### Entries shown
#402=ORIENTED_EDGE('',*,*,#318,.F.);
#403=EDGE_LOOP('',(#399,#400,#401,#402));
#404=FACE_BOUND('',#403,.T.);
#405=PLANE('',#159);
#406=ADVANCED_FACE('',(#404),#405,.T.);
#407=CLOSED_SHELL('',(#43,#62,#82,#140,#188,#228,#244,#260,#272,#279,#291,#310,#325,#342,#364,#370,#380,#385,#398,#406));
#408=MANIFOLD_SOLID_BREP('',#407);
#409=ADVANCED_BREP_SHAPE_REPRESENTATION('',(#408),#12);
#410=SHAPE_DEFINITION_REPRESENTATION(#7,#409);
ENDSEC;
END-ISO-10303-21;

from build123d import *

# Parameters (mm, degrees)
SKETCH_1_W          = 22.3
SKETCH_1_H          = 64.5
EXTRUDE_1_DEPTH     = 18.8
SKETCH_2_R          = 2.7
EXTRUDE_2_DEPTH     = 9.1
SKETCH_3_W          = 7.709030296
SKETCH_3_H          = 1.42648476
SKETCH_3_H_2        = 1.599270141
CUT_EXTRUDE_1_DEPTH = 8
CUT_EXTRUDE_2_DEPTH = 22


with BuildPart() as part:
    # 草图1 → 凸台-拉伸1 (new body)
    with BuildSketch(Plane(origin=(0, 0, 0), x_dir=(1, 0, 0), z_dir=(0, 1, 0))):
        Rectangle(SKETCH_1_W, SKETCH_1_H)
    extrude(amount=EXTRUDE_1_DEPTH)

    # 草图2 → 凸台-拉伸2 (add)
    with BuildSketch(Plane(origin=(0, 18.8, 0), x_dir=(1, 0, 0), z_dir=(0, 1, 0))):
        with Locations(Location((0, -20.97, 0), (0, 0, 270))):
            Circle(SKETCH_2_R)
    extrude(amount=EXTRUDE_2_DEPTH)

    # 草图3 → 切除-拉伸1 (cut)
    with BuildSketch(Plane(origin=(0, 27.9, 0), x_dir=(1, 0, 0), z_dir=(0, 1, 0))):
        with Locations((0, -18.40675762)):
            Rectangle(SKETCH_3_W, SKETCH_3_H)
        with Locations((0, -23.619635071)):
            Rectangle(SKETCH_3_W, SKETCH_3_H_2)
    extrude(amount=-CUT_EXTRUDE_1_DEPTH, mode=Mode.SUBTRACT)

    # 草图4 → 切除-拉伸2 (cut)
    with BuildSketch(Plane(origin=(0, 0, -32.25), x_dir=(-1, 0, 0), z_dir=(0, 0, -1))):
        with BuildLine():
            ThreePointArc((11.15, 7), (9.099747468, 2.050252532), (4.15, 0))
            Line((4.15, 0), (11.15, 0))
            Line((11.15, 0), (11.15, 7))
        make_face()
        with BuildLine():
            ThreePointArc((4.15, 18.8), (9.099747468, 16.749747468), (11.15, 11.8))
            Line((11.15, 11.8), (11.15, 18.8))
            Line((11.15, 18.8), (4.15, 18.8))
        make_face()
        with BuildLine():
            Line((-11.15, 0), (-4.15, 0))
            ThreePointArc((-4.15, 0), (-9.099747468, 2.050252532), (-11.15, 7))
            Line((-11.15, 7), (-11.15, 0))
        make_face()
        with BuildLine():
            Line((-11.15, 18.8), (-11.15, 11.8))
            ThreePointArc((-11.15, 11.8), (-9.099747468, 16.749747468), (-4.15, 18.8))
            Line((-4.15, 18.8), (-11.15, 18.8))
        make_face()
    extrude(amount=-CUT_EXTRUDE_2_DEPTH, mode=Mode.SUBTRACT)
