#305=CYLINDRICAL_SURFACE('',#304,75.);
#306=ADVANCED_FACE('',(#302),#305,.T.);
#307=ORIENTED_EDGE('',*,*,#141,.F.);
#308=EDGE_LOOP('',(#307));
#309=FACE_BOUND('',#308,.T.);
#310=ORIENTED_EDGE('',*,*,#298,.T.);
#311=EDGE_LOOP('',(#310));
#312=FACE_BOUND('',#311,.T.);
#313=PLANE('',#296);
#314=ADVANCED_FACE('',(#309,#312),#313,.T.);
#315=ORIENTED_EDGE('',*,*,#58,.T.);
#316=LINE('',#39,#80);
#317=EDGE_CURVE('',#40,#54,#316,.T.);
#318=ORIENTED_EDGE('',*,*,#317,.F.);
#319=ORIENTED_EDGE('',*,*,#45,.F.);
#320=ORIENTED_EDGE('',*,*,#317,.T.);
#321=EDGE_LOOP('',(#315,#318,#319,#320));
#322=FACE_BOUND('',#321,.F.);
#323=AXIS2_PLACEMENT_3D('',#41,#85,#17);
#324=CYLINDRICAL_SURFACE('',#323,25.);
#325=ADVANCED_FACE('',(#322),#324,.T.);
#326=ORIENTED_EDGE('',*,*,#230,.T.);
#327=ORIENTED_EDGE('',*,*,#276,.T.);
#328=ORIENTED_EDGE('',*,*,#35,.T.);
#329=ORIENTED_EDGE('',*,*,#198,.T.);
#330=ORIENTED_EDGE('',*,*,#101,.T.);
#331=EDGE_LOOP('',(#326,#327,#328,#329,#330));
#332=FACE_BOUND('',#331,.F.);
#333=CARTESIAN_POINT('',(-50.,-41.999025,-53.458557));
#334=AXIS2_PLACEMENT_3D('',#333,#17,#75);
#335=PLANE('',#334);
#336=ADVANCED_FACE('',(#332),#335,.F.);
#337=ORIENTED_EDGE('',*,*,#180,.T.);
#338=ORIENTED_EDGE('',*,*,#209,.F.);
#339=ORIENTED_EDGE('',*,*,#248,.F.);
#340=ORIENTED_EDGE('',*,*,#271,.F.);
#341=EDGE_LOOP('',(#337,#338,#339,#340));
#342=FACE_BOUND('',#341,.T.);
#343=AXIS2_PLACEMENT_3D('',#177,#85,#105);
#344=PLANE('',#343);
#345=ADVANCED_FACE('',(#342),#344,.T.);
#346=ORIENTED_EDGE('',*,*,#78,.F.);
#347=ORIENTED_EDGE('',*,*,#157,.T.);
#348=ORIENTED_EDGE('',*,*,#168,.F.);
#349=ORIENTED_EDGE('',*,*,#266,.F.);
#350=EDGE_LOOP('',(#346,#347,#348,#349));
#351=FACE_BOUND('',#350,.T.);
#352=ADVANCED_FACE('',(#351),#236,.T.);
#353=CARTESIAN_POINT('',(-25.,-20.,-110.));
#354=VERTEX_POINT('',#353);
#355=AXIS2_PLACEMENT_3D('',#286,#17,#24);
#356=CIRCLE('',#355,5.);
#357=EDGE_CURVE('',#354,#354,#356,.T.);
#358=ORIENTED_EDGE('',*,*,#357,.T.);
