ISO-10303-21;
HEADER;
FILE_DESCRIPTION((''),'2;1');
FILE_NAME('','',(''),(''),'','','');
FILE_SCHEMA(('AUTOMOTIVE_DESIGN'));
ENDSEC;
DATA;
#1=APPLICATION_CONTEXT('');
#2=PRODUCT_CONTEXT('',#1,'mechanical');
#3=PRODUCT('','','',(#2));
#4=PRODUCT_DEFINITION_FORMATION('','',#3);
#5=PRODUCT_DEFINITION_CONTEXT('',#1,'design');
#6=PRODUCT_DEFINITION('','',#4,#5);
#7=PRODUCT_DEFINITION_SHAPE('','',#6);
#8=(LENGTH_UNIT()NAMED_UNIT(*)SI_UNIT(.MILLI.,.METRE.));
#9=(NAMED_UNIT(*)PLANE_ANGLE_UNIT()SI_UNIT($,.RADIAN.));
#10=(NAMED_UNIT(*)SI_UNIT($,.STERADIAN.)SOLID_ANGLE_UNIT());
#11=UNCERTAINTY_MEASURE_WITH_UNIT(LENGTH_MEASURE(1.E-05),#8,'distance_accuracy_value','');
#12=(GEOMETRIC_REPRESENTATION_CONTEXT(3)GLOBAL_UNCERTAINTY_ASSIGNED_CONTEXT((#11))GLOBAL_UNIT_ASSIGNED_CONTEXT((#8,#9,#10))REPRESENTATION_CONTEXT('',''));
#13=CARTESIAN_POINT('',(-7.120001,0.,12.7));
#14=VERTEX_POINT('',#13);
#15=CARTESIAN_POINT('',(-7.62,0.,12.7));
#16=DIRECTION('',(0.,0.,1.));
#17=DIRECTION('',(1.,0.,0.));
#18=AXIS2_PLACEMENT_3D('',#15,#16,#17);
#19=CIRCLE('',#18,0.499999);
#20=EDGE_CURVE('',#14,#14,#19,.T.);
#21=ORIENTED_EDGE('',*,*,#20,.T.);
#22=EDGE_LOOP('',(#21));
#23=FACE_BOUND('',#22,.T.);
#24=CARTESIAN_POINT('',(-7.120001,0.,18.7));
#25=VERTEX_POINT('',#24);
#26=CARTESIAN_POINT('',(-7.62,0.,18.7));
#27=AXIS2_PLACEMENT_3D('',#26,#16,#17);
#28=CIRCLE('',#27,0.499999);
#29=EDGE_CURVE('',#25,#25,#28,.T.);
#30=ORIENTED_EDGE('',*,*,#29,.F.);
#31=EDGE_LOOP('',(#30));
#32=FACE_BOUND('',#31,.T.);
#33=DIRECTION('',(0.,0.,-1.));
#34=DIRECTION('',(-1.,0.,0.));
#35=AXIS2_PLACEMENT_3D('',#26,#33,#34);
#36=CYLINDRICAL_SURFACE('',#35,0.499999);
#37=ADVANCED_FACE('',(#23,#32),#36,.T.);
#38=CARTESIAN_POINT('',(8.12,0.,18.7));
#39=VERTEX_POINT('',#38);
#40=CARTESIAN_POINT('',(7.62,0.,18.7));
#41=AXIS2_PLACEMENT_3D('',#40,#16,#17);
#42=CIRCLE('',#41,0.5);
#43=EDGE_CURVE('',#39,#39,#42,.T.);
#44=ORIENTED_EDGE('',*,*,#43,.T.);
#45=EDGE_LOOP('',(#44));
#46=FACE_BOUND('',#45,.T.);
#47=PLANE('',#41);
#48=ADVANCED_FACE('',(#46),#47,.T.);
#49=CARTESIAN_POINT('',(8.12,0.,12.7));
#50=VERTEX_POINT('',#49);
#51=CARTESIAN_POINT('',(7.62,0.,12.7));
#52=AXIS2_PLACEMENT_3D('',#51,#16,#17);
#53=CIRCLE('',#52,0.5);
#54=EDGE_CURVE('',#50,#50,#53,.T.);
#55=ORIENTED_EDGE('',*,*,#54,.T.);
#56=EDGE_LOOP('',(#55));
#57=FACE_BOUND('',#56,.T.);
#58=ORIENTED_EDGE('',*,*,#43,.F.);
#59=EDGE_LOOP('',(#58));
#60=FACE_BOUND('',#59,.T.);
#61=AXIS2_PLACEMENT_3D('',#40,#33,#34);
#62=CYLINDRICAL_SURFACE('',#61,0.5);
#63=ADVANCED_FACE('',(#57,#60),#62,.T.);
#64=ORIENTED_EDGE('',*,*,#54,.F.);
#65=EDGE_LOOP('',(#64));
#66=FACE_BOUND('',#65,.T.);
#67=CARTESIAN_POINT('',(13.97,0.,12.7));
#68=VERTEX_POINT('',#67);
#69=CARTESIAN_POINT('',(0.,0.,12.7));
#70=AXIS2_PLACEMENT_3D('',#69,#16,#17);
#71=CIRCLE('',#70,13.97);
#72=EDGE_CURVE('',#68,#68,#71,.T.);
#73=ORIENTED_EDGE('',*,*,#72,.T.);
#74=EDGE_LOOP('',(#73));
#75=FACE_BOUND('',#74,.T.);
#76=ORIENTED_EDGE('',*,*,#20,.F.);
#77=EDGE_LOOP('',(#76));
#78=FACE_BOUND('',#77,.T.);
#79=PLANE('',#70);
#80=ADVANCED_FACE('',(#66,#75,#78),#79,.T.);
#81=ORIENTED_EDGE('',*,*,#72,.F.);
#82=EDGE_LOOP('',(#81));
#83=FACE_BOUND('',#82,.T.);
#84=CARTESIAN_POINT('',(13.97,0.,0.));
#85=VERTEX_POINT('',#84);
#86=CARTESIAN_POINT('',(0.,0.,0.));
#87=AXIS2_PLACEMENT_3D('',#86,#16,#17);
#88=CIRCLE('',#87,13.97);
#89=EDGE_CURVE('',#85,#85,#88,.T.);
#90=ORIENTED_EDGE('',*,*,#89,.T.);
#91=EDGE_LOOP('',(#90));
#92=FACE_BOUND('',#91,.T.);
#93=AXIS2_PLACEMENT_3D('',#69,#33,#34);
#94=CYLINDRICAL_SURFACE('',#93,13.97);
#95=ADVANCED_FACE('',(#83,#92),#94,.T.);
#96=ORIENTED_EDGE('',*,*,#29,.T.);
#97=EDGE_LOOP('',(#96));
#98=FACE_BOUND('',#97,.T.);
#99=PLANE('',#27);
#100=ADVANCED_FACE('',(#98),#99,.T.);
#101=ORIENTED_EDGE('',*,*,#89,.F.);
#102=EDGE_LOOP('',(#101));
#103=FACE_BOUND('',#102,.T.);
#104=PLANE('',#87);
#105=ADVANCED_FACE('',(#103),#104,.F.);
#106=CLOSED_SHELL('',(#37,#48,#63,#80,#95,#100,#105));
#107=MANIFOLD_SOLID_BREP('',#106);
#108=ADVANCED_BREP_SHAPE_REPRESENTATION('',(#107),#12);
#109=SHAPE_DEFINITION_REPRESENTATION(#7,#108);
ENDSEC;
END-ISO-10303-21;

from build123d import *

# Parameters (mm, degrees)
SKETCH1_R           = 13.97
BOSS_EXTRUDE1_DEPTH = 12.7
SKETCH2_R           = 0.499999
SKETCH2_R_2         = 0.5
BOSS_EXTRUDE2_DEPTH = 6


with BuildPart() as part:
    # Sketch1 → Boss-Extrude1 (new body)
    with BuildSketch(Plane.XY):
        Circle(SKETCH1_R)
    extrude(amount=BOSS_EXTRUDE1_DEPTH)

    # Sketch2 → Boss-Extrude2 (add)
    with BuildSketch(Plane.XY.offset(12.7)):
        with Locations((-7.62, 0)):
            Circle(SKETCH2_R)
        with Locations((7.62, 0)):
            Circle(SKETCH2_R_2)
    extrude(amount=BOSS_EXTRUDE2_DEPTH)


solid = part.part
######
#### [Aim of the exercise]
Only the lines containing the word "Rectangle" should be returned from the data above.

#### [Finished exercise]
        Rectangle(SKETCH_1_W, SKETCH_1_H)
            Rectangle(SKETCH_3_W, SKETCH_3_H)
            Rectangle(SKETCH_3_W, SKETCH_3_H_2)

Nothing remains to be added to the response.